La prière du coeur by Olivier Clément & Jacques Serr

La prière du coeur by Olivier Clément & Jacques Serr

Auteur:Olivier Clément & Jacques Serr [Clément, Olivier & Serr, Jacques]
La langue: fra
Format: epub
ISBN: 2-85589-096-5
Éditeur: Abbaye de Bellefontaine - 1977
Publié: 2015-04-07T16:00:00+00:00


L'état métanique

Le cheminement vers le "lieu du cœur" comporte trois grandes étapes, qui se suivent moins qu'elles ne s'assemblent. La première, c'est la métanoia, le repentir. La deuxième, c'est l'unification extatique de l'homme, au creuset de la grâce. Et la troisième, c'est la participation à la lumière thaborique, aux énergies divines, grâce à la rencontre personnelle du Christ, face au Père, dans le royaume de l'Esprit. Cette lumière est déjà celle de la Jérusalem nouvelle. Chaque fois qu'un homme s'ouvre à cette lumière, ce monde finit et le monde nouveau commence. Vous, les moines, vous êtes appelés à saturer la création de Parousie, à mettre du brasier dans le bois mort des choses. Tout ce que nous, laïcs, pouvons faire de vrai, de bon et de beau dans la société et la culture prendra place dans le Royaume grâce à cette brèche eschatologique que vous ouvrez, que vous constituez.

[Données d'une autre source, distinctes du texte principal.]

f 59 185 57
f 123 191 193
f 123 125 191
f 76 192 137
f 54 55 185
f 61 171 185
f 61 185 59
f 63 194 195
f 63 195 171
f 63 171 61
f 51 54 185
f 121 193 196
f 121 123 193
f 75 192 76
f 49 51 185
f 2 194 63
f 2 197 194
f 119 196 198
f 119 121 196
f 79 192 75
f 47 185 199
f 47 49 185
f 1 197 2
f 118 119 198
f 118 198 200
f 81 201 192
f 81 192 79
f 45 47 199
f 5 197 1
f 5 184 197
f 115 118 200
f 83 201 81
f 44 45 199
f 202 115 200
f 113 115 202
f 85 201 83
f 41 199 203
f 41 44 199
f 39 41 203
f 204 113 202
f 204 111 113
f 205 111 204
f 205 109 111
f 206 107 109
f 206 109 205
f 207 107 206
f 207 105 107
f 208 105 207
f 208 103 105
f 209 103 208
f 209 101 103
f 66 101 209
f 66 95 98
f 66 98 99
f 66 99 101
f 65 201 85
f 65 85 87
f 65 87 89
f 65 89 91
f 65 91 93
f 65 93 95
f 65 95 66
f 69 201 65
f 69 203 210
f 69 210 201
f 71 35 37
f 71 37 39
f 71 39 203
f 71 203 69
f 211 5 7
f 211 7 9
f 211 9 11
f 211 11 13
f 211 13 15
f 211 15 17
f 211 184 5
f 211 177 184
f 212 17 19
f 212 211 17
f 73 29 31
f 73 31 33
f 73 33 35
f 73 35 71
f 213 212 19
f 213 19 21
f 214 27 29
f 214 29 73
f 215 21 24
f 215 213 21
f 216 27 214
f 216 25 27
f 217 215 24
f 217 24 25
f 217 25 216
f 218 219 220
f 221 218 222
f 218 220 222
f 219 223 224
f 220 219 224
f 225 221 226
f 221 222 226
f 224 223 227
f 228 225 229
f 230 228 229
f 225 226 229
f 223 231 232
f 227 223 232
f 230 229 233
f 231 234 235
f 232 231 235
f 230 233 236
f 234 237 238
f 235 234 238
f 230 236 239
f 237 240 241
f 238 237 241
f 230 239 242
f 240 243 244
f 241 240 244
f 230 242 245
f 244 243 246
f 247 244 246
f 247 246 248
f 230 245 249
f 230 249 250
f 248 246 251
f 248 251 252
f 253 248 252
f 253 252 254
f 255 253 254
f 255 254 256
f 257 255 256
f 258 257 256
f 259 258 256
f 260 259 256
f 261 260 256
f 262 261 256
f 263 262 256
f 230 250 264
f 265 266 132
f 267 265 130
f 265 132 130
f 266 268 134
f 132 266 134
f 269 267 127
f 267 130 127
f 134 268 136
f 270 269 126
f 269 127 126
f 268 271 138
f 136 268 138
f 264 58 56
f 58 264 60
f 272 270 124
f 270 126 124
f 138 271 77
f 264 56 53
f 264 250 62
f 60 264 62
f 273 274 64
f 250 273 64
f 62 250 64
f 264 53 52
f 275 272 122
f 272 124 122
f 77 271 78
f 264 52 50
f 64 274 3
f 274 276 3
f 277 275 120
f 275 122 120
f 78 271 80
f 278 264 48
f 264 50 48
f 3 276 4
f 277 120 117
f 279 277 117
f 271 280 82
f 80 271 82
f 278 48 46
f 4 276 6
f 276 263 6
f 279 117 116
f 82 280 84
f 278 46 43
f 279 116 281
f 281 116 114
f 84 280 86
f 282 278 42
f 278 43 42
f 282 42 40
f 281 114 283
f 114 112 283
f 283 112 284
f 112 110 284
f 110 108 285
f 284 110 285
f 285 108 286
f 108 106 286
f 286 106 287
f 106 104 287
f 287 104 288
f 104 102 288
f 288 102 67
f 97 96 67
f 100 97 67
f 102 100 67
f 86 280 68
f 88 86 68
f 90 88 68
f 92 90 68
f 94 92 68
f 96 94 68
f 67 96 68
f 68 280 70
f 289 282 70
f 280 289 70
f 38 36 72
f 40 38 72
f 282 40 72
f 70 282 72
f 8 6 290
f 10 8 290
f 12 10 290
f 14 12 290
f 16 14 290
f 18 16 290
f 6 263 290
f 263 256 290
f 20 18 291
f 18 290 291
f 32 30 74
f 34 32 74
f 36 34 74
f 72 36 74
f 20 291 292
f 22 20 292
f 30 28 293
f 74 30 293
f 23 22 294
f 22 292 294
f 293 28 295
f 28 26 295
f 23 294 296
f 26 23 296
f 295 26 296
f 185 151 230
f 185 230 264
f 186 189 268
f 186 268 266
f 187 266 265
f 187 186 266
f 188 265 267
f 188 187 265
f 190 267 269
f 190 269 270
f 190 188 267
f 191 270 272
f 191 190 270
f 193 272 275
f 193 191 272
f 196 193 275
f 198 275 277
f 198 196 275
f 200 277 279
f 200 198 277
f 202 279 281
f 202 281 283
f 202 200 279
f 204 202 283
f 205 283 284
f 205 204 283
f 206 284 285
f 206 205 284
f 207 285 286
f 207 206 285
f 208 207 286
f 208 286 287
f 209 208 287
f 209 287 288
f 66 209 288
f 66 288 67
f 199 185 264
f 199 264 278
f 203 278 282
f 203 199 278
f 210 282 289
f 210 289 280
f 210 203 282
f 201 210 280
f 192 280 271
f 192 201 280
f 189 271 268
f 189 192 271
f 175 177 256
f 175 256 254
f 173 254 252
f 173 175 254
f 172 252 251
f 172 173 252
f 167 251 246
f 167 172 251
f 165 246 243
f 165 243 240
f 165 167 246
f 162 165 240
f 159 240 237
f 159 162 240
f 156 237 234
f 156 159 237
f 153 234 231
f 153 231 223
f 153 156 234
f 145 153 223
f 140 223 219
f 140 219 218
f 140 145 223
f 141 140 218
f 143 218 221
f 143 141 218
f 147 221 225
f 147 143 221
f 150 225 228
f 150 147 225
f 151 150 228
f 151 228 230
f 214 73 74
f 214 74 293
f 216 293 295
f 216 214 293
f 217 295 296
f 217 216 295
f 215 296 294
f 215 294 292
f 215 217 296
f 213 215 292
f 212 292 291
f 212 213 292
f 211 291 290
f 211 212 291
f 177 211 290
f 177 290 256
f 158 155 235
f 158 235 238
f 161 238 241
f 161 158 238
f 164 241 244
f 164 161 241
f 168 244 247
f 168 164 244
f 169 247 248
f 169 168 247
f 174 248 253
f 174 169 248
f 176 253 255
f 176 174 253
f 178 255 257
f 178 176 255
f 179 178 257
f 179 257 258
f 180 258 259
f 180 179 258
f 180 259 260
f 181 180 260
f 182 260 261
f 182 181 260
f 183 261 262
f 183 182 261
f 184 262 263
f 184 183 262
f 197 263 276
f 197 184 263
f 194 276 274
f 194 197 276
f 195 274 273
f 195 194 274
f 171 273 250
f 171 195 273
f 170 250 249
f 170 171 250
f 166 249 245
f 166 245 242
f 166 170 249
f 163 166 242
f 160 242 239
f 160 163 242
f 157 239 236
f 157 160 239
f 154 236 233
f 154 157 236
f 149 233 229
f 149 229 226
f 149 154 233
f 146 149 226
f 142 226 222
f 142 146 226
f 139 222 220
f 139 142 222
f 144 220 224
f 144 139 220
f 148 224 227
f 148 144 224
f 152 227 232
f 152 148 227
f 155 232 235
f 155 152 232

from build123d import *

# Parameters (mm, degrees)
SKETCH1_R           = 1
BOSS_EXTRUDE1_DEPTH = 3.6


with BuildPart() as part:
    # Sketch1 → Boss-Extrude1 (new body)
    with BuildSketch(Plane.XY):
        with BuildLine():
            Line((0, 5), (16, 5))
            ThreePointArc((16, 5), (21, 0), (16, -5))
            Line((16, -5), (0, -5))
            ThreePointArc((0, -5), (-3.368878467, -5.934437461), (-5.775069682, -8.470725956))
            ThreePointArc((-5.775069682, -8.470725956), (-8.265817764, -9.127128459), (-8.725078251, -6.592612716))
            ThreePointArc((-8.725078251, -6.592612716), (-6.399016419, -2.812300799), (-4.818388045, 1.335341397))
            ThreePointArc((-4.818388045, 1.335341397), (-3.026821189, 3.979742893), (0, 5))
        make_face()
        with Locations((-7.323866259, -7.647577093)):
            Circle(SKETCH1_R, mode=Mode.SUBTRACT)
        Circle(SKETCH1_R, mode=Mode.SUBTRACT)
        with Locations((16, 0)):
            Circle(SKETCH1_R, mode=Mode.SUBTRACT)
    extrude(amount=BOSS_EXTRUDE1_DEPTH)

La première étape - et le soubassement des deux autres -, c'est donc l'étape du repentir, la praxis, l'action ascétique. Pour l'Orient chrétien, qui n'aime pas opposer, et qui reste pudique et presque secret sur les aboutissements de la vie spirituelle, il n'y a pas d'opposition entre action et contemplation : l'action suprême, c'est l'œuvre de la prière. Qui se voue à la praxis ascétique est le seul véritable actif, les autres "actions" humaines sont si souvent le résultat gesticulant d'une grande passivité intérieure, d'une soumission inconsciente aux passions individuelles ou collectives.

"Le repentir, dit saint Isaac le Syrien, convient toujours et à tous, au pécheur comme au juste", et il ajoute : "Jusqu'au moment de la mort, le repentir ne saurait être achevé dans sa durée ni dans ses œuvres[79]." Les plus grands ascètes, comme Sisoès le Grand, affirment sur leur lit de mort : "Je n’ai même pas conscience d'avoir commencé à me repentir[80]." Les moines, sachant Sisoès gravement malade, s'étaient réunis à son chevet pour obtenir de lui un ultime message. Ils n'en obtinrent pas d'autre, mais il était décisif.

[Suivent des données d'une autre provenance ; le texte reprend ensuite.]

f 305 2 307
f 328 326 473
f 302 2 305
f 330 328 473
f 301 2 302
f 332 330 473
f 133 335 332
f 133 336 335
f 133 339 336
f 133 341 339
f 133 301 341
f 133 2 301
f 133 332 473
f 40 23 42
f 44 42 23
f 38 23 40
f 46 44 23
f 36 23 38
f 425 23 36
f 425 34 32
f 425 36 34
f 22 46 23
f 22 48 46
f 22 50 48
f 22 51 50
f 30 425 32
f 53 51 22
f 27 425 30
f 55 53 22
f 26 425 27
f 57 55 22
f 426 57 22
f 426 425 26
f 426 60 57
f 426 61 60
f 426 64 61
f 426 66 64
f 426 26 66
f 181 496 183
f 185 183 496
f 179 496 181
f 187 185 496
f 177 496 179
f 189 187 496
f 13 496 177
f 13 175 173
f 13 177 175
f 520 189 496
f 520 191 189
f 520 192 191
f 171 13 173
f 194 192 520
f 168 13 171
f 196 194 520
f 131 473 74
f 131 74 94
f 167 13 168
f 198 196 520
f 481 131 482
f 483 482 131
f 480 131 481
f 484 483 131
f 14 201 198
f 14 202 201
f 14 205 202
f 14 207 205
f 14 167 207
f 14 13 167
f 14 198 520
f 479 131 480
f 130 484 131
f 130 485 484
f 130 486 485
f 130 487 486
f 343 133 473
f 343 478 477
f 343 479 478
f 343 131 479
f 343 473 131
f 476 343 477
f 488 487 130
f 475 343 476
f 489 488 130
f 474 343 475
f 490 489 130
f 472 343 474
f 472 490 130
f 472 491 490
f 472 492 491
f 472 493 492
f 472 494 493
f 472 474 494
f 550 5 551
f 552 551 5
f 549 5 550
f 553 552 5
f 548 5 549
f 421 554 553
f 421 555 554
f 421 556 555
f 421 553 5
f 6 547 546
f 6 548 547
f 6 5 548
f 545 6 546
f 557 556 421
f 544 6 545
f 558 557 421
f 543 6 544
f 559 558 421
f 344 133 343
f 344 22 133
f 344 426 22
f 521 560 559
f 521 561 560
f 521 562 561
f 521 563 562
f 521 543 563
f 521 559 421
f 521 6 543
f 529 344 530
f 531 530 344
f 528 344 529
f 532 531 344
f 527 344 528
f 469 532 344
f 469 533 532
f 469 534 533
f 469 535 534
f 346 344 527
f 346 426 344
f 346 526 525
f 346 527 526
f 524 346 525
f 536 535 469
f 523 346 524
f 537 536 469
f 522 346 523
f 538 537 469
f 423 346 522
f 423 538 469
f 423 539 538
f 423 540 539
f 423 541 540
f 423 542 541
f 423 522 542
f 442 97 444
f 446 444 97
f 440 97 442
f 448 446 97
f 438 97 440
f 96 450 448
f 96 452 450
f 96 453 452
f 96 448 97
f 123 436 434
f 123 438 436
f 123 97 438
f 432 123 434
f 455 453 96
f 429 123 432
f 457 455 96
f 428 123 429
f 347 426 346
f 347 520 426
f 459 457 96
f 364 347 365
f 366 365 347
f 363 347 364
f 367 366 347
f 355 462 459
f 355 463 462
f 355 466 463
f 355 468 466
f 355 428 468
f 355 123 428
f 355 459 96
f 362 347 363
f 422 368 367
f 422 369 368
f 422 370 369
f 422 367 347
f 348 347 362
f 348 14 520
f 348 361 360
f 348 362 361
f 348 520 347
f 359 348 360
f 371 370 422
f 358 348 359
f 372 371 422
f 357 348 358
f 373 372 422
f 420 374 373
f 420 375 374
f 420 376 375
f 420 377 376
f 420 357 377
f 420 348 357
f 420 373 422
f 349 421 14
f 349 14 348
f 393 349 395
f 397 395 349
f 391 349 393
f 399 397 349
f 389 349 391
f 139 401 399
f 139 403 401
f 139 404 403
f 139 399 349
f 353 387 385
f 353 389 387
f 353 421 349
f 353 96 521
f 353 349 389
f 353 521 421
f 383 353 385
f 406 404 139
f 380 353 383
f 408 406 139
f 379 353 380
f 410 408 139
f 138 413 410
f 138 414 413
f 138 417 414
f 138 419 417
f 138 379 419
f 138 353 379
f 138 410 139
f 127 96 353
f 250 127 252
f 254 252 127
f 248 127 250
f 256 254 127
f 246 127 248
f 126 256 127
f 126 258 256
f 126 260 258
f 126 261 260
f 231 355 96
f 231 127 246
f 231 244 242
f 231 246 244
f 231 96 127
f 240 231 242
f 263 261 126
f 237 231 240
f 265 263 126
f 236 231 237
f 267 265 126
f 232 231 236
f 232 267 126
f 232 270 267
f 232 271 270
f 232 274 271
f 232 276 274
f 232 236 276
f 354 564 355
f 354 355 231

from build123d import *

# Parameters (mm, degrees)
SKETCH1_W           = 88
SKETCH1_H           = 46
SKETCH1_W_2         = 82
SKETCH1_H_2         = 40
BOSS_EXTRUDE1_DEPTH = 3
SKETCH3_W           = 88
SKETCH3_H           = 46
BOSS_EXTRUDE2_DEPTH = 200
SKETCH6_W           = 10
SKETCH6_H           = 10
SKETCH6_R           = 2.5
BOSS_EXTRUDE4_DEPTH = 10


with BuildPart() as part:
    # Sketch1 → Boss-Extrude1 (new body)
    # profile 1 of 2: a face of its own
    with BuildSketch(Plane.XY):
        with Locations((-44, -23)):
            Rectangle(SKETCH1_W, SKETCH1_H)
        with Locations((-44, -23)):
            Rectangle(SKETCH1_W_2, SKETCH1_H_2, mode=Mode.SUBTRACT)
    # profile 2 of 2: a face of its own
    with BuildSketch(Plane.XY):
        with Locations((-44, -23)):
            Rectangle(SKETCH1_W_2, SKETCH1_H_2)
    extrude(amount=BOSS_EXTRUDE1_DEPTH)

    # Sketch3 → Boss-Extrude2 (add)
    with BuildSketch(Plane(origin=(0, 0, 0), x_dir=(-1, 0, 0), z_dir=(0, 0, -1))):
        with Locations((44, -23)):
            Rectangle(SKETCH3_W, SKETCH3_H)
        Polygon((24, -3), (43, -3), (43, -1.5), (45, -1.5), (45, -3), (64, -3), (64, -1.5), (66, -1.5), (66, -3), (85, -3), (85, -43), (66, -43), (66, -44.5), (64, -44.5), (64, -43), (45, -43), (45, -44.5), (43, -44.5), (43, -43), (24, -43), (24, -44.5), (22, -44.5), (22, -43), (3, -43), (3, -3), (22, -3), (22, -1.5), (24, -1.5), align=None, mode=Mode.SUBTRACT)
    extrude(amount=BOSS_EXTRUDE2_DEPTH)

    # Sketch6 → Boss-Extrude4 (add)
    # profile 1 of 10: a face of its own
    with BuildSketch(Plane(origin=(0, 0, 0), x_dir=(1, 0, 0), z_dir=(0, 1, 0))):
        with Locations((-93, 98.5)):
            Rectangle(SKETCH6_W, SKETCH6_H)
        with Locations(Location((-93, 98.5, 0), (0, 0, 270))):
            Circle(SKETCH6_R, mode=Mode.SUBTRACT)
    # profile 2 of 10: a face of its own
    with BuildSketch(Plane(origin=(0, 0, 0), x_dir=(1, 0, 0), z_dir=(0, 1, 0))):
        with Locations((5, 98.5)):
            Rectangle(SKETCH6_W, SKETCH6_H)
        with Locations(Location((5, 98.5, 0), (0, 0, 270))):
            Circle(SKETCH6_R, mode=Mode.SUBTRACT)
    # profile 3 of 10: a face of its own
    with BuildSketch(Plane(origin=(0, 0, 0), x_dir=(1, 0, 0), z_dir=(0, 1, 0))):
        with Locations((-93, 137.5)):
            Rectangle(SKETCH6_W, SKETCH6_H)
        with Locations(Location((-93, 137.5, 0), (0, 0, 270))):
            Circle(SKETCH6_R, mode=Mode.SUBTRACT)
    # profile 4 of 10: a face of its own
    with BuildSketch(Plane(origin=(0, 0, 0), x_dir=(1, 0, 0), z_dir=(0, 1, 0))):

Dans cette attitude de repentir, la prière de Jésus est essentiellement celle du publicain de l’Évangile : "Seigneur, aie pitié de moi, pécheur". Elle se dit souvent - quand on peut le faire loin de tout regard - avec de grandes ou petites prosternations, que l'on appelle "métanies" (c'est le mot même qui signifie repentir).

Ce repentir a un sens profondément personnel et ontologique, bien plus que moral. Métanoia vient de méta, qui marque un retournement, et de noéô, qui signifie notre saisie du réel, individuelle et collective. La conscience, détachée du cœur, est abandonnée aux pulsions de la nature et aux hypnoses de la culture. Elle ne cesse de projeter sur la création de Dieu, ontologiquement bonne ("et Dieu vit que cela était bon", dit la Genèse), ce que les spirituels appellent "une toile d'araignée", "un songe", "un mirage"[81], se faisant ainsi complice des artifices du "père du mensonge". Ici encore, il faut entendre "mensonge" au sens personnel et ontologique, "an-ontologique" plutôt, la liberté révoltée, fourvoyée, assurant au néant comme une existence paradoxale.